Olimpia era una ciudad de la antigua Grecia, situada en la región de
Pisatis, frente a la isla Zacynthos (Zante), que comprendía una vasta
área limitada por el Alfeo, el Cladeo, y por varias colinas: Croníus,
Olimpo, etc. Allí concurrían cada cuatro años, en el día de la
fiesta, muchos millares de visitantes, aun de las regiones más
apartadas de Grecia, para la celebración de los Juegos Olímpicos (Hieromenía),
que los atletas disputaban en honor de los dioses.
Las pruebas hípicas, sobre todo la carrera con carros, fueron una de
las pasiones de los griegos, incluso desde antes de la época Homérica.

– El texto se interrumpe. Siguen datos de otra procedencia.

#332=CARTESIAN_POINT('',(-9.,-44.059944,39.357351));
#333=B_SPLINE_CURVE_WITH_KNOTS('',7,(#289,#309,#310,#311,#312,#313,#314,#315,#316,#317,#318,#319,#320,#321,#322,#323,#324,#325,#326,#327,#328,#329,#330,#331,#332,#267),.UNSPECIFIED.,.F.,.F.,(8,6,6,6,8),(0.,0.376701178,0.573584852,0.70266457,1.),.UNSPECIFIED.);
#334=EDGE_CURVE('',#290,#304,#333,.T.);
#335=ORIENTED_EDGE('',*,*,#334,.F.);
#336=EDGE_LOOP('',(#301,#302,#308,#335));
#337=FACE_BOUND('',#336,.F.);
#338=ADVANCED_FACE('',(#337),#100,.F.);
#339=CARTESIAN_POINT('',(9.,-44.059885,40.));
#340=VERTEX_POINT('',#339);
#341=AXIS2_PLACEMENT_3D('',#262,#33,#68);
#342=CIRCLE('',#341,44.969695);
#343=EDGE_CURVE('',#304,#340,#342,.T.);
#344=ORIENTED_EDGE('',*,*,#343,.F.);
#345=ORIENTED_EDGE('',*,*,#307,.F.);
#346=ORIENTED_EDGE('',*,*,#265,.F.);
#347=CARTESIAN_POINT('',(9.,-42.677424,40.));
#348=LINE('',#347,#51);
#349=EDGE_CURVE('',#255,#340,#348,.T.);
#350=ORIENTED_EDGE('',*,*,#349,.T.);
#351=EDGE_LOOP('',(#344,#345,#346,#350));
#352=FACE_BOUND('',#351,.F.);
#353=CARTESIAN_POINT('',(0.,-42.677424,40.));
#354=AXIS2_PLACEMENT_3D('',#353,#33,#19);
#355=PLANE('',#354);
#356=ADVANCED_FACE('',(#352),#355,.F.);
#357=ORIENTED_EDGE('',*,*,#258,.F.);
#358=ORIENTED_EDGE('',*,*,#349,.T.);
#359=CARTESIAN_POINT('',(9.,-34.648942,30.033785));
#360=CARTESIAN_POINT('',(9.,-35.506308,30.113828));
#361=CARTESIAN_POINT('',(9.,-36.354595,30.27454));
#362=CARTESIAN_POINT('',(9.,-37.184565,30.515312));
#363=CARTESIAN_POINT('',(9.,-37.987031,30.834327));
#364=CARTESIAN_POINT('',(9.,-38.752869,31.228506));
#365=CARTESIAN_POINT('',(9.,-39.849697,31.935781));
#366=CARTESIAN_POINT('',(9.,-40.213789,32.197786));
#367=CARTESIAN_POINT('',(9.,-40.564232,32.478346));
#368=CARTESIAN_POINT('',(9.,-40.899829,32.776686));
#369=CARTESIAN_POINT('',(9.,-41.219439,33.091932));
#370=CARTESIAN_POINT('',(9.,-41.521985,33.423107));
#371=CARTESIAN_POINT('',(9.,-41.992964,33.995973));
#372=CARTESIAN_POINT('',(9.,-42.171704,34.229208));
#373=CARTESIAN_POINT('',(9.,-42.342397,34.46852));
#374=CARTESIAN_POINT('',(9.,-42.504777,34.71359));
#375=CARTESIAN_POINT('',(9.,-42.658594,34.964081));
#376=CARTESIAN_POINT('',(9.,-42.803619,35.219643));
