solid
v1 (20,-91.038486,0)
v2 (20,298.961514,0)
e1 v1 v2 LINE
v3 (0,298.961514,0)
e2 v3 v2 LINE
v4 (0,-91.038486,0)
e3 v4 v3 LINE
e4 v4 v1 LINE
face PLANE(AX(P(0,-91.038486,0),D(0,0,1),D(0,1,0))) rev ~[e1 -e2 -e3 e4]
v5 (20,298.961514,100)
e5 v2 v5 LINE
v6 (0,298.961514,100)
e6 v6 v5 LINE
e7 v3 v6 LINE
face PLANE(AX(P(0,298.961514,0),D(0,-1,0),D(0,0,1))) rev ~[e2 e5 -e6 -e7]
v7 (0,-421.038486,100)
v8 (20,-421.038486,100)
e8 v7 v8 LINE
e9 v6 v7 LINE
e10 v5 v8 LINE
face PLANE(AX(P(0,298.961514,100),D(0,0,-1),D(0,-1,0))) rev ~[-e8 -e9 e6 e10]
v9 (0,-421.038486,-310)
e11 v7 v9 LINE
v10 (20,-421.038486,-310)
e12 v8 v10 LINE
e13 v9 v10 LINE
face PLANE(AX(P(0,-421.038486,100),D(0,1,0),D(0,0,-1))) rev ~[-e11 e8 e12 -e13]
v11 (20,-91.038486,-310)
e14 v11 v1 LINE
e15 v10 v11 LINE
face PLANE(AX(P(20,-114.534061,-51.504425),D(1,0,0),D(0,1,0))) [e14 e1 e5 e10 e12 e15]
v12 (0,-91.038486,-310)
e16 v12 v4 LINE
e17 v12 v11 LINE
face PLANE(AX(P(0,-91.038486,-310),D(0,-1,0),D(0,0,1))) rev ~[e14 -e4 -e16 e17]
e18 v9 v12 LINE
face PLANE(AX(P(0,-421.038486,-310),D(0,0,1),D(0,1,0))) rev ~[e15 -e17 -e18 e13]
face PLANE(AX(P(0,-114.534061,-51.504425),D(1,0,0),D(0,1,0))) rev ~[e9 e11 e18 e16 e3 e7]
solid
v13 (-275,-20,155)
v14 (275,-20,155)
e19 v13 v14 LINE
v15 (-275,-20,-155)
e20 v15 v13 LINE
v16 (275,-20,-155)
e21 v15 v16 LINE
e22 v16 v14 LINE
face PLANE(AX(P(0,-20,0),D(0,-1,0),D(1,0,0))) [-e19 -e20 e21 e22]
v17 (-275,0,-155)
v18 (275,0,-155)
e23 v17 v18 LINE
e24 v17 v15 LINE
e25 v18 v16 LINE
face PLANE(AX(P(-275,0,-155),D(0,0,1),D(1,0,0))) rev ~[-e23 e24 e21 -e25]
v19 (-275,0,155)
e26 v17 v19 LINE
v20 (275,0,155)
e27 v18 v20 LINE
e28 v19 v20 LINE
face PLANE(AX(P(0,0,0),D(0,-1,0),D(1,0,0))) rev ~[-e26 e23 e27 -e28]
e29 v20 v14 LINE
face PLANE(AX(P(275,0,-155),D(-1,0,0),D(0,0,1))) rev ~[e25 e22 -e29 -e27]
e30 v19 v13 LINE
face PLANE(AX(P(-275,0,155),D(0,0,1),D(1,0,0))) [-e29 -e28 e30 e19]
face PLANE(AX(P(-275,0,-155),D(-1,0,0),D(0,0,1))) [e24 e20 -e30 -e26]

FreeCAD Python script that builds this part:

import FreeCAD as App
import Part
import Sketcher

V = App.Vector


def add_polygon(sketch, points):
    """Adds a closed chain of lines whose ends are joined by coincident constraints."""
    first, n = sketch.GeometryCount, len(points)
    for a, b in zip(points, points[1:] + points[:1]):
        sketch.addGeometry(Part.LineSegment(App.Vector(*a, 0), App.Vector(*b, 0)), False)
    for i in range(n):
        sketch.addConstraint(Sketcher.Constraint("Coincident", first + i, 2, first + (i + 1) % n, 1))

doc = App.newDocument("Part")
body = doc.addObject("PartDesign::Body", "Body")

sketch1 = doc.addObject("Sketcher::SketchObject", "Sketch")
body.addObject(sketch1)
sketch1.AttachmentSupport = (doc.YZ_Plane, [""])
sketch1.MapMode = "FlatFace"
add_polygon(sketch1, [(299, 100), (-421, 100), (-421, -310), (-91, -310), (-91, 0), (299, 0)])
sketch1.addConstraint([
    Sketcher.Constraint("Horizontal", 0),
    Sketcher.Constraint("Vertical", 1),
    Sketcher.Constraint("Horizontal", 2),
    Sketcher.Constraint("Vertical", 3),
    Sketcher.Constraint("Horizontal", 4),
    Sketcher.Constraint("Vertical", 5),
    Sketcher.Constraint("PointOnObject", 3, 2, -1),
    Sketcher.Constraint("DistanceX", 0, 2, 0, 1, 720.0),
    Sketcher.Constraint("DistanceX", 2, 1, 2, 2, 330.0),
    Sketcher.Constraint("DistanceY", 1, 2, 1, 1, 410.0),
    Sketcher.Constraint("DistanceY", 3, 1, 3, 2, 310.0),
    Sketcher.Constraint("DistanceX", 0, 2, -1, 1, 421.038486),
])
pad1 = doc.addObject("PartDesign::Pad", "Pad")
body.addObject(pad1)
pad1.Profile = sketch1
pad1.Length = 20
body2 = doc.addObject("PartDesign::Body", "Body001")

sketch2 = doc.addObject("Sketcher::SketchObject", "Sketch001")
body2.addObject(sketch2)
sketch2.AttachmentSupport = (doc.getObject("XZ_Plane001"), [""])
sketch2.MapMode = "FlatFace"
add_polygon(sketch2, [(-275, 155), (-275, -155), (275, -155), (275, 155)])
sketch2.addConstraint([
    Sketcher.Constraint("Vertical", 0),
    Sketcher.Constraint("Horizontal", 1),
    Sketcher.Constraint("Vertical", 2),
    Sketcher.Constraint("Horizontal", 3),
    Sketcher.Constraint("Symmetric", 0, 2, 2, 2, -1, 1),
    Sketcher.Constraint("DistanceX", 1, 1, 1, 2, 550.0),
    Sketcher.Constraint("DistanceY", 0, 2, 0, 1, 310.0),
])
pad2 = doc.addObject("PartDesign::Pad", "Pad001")
body2.addObject(pad2)
pad2.Profile = sketch2
pad2.Length = 20

doc.recompute()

La técnica de la competición aparece plenamente explicada por Homero
en el canto XXIII, cuando Néstor aconseja a su hijo Antíloco sobre la
estrategia a seguir para optar a la victoria. El hipódromo ocupaba una
extensión llana situada entre el estadio y el curso del río Alfeo, no
quedando en la actualidad ningún vestigio de lo que fueron sus
instalaciones debido a las crecidas del río en los últimos veinte
siglos.
En las Olimpiadas griegas tuvieron cabida numerosas modalidades
hípicas. La primera modalidad en aparecer fue la carrera de carros
tirados por cuatro caballos (cuádrigas o tethripa), durante la
25 edición de los Juegos (año 680 a.C.). Las carreras de jinetes no
aparecen hasta la Olimpiada 33 (648 a.C.). A finales de la guerra del
Peloponeso, en la Olimpiada 93 (408 a.C.) hace su aparición un nuevo
tipo de carro (synoris), de dos caballos.

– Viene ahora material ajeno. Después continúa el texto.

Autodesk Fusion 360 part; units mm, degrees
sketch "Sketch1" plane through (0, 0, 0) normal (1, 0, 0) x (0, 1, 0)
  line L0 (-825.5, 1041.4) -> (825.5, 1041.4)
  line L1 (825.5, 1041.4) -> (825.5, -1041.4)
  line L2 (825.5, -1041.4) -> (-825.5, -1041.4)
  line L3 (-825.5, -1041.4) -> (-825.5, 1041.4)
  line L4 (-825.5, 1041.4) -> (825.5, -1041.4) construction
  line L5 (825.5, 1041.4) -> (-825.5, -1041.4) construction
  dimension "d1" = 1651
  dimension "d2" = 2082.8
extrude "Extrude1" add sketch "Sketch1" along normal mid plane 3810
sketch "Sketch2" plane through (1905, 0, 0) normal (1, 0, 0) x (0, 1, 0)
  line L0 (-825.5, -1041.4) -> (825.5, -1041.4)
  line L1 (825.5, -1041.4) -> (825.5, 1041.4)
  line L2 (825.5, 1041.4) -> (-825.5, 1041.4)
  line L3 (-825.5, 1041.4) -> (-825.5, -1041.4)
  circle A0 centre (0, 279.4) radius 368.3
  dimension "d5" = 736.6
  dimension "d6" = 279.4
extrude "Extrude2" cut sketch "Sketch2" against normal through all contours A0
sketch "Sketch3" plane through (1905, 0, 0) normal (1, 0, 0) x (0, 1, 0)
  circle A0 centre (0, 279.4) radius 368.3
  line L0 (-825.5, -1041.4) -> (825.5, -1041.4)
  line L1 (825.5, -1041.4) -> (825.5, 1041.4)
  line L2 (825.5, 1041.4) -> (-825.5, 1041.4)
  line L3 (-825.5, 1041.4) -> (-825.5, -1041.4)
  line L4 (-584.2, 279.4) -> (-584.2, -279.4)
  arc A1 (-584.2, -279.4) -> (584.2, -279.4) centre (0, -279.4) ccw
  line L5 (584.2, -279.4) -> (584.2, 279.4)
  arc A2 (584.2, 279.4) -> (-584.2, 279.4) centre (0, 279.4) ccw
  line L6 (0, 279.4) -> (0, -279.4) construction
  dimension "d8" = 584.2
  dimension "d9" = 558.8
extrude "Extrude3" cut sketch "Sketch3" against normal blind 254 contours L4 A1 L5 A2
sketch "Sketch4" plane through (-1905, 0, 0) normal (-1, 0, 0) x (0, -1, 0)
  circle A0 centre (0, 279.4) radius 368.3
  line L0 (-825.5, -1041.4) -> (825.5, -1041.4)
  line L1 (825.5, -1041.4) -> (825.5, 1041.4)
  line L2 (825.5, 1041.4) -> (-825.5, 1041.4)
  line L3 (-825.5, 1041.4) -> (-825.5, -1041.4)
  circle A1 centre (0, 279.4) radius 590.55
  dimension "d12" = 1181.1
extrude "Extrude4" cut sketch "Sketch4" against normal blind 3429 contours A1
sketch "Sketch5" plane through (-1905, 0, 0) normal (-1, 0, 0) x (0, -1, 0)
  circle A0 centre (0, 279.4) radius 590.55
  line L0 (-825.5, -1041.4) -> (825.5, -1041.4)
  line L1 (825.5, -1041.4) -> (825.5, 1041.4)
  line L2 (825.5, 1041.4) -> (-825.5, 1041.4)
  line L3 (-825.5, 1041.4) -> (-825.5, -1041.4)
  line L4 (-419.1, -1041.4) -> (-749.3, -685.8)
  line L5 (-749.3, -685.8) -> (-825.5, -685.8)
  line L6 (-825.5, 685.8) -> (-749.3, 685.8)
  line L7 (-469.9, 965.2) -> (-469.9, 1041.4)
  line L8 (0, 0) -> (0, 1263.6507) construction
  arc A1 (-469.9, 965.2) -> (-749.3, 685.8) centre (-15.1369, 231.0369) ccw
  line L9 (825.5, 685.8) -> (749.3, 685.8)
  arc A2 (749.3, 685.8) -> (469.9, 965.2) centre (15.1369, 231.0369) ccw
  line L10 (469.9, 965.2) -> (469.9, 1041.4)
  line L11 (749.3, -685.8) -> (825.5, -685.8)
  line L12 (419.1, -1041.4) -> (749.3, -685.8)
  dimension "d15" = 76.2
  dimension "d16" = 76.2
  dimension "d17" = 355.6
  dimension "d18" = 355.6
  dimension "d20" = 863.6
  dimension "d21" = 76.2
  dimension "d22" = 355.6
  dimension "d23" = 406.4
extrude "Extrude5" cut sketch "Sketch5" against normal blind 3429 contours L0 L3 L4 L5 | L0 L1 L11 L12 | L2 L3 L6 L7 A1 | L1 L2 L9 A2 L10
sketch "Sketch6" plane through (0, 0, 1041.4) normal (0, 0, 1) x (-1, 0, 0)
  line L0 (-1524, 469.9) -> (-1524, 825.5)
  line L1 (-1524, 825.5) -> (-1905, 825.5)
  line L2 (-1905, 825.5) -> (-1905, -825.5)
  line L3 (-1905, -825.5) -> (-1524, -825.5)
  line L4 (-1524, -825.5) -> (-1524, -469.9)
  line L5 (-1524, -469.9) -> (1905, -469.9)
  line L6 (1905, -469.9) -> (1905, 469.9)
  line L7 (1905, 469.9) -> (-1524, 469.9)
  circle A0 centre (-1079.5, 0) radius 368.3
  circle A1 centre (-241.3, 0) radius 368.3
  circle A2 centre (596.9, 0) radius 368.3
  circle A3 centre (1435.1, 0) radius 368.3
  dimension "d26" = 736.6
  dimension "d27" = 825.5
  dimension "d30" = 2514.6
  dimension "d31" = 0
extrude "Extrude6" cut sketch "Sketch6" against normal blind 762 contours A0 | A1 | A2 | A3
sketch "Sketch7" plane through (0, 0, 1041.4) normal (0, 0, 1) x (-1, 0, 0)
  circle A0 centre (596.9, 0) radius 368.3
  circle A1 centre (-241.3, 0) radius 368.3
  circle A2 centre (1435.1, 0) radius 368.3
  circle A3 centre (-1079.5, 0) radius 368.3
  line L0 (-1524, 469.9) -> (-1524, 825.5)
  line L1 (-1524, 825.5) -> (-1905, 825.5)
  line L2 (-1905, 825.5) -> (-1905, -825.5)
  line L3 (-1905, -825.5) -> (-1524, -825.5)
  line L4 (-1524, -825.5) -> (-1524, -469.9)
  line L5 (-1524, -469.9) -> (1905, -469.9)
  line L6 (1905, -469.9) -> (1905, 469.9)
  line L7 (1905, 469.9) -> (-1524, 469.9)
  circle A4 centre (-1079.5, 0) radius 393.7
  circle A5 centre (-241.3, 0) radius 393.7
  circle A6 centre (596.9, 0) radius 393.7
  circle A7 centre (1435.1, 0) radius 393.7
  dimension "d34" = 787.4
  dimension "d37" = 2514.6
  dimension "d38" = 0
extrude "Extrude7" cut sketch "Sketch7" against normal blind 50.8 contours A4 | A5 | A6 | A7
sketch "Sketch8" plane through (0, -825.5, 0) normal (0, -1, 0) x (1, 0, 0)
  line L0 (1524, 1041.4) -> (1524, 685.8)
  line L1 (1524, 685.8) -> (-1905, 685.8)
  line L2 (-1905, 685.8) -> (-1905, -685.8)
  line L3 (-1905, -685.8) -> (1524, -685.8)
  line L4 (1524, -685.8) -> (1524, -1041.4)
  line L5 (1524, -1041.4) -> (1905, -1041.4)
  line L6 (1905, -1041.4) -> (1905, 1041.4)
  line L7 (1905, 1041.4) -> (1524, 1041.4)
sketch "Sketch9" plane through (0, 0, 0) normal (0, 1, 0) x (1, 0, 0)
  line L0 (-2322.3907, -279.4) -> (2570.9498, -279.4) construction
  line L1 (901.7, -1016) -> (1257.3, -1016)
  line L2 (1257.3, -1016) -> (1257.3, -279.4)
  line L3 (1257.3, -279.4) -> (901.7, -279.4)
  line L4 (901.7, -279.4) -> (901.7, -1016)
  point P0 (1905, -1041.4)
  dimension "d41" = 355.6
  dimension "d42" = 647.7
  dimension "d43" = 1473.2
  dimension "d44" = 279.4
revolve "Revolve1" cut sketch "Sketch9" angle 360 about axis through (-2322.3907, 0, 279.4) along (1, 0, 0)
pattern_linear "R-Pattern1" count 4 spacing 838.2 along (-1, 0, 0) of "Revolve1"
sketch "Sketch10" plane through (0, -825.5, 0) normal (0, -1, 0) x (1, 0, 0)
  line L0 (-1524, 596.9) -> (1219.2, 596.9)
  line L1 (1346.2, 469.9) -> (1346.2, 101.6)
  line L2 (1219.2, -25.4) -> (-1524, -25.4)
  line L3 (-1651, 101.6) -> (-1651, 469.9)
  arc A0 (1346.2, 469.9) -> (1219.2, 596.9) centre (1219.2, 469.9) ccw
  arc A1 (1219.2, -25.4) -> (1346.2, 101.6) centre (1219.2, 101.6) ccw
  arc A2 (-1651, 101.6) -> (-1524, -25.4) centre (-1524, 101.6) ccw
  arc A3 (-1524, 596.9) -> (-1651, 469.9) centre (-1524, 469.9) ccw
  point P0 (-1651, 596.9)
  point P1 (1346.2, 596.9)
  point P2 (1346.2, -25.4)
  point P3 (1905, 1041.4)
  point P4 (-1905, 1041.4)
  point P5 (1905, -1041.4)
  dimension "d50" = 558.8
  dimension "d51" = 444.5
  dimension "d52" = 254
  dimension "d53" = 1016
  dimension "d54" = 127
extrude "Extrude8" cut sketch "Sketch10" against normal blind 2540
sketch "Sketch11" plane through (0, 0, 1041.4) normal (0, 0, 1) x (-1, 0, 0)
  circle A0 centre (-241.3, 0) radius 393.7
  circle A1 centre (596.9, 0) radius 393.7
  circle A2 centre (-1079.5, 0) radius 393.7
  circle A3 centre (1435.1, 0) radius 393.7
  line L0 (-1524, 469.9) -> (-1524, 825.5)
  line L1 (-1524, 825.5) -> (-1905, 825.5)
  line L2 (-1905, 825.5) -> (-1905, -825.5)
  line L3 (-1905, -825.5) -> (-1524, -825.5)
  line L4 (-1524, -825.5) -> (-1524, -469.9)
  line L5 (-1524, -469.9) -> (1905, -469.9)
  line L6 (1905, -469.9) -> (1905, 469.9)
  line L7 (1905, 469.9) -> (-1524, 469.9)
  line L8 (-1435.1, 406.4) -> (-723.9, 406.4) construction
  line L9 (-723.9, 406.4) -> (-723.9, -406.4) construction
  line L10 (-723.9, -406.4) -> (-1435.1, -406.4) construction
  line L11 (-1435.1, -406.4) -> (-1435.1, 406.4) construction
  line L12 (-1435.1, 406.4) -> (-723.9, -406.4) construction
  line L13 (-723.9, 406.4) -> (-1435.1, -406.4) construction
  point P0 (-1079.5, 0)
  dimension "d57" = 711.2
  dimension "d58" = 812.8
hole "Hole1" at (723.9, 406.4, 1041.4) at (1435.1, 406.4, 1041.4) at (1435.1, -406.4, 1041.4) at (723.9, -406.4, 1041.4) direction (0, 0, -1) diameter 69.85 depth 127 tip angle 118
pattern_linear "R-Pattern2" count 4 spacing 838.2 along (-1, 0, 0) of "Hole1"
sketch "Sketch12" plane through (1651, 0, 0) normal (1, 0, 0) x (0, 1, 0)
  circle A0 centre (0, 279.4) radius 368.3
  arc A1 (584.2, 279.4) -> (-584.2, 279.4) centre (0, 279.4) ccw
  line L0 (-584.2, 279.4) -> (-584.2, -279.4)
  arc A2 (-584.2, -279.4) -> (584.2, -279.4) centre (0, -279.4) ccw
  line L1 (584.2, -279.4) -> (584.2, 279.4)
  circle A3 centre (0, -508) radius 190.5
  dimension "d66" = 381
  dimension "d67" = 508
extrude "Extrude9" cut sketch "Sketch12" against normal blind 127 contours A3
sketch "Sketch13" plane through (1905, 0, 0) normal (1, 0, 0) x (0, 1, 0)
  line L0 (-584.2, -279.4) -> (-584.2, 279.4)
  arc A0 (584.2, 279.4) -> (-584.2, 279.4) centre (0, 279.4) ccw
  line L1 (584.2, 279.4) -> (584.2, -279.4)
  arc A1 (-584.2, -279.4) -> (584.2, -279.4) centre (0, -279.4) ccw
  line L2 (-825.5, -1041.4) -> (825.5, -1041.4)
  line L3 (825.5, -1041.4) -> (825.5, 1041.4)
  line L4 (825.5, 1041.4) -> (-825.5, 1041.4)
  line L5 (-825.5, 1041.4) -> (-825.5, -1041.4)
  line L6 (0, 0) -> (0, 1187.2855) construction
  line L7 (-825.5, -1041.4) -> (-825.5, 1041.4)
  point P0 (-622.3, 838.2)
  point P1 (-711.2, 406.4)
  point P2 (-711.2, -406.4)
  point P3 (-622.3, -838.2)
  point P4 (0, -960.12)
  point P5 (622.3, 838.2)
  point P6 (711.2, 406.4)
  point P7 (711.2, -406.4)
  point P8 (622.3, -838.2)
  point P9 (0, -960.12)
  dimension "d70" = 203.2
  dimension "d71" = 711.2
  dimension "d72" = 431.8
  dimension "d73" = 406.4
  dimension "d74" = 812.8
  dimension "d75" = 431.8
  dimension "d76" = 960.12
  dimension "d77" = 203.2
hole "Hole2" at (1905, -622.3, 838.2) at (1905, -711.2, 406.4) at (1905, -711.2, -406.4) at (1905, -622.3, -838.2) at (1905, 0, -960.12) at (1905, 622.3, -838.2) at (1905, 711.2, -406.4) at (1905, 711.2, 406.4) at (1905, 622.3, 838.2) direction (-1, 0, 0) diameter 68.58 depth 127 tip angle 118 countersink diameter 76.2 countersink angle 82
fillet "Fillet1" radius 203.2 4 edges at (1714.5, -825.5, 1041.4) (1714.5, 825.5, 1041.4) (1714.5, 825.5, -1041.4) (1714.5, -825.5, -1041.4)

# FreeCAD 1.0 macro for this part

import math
import FreeCAD as App
import Part
import Sketcher
Q = App.Units.Quantity


def edges_at(feature, points):
    """Names of the edges that pass closest to the given points."""
    edges = feature.Shape.Edges
    near = lambda p: min(range(len(edges)), key=lambda i: edges[i].distToShape(Part.Vertex(*p))[0])
    return sorted({f"Edge{near(p) + 1}" for p in points})

doc = App.newDocument("Part")
body = doc.addObject("PartDesign::Body", "Body")

sketch1 = body.newObject("Sketcher::SketchObject", "Sketch")
sketch1.AttachmentSupport = (doc.getObject("YZ_Plane"), [""])
sketch1.MapMode = "FlatFace"
sketch1.addGeometry([
    Part.LineSegment(App.Vector(825.5, 1041.4, 0), App.Vector(-825.5, 1041.4, 0)),
    Part.LineSegment(App.Vector(-825.5, 1041.4, 0), App.Vector(-825.5, -1041.4, 0)),
    Part.LineSegment(App.Vector(-825.5, -1041.4, 0), App.Vector(825.5, -1041.4, 0)),
    Part.LineSegment(App.Vector(825.5, -1041.4, 0), App.Vector(825.5, 1041.4, 0)),
], False)
sketch1.addConstraint([
    Sketcher.Constraint("Coincident", 0, 2, 1, 1),
    Sketcher.Constraint("Coincident", 1, 2, 2, 1),
    Sketcher.Constraint("Coincident", 2, 2, 3, 1),
    Sketcher.Constraint("Coincident", 3, 2, 0, 1),
    Sketcher.Constraint("Horizontal", 0),
    Sketcher.Constraint("Vertical", 1),
    Sketcher.Constraint("Horizontal", 2),
    Sketcher.Constraint("Vertical", 3),
    Sketcher.Constraint("Symmetric", 0, 2, 2, 2, -1, 1),
    Sketcher.Constraint("DistanceX", 0, 2, 0, 1, Q("65 in")),
    Sketcher.Constraint("DistanceY", 1, 2, 1, 1, Q("82 in")),
])
pad1 = body.newObject("PartDesign::Pad", "Pad")
pad1.Profile = sketch1
pad1.Length = Q("150 in")
pad1.Midplane = True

La muerte en el hipódromo debió ser bastante frecuente, porque
todos los aurigas tenderían durante la carrera a tomar la cuerda
interior y ganar así unos preciosos metros en las vueltas. Y era
precisamente en las vueltas donde se producían los más graves
accidentes, donde chocaban los caballos o las ruedas de los carros, se
quebraban las lanzas, salían despedidos los aurigas, los troncos de
tiro se dispersaban desbocados por el terreno, enredando en el caos a
los demás aurigas... El vencedor de la contienda tenía derecho a
ceñirse una tira de cuero en torno a la cabeza, y algunos afortunados
conductores fueron inmortalizados por los escultores contemporáneos,
como el de Delfos. Aunque el auténtico triunfador era el propietario de
los caballos, como lo prueba que hayan llegado hasta nosotros más
nombres de estos que de aurigas; así, pasaron a la posteridad como
propietarios de caballos vencedores: el famoso político y general
Alcibíades, Cleóstenes de Epídamno, Hieron de Siracusa, Areo de
Lacedemonia, Aquelaos, etc.
El repertorio de temas animales en el siglo V a.C. es ilimitado, pero
son las figuras de caballos las más interesantes que nos han llegado.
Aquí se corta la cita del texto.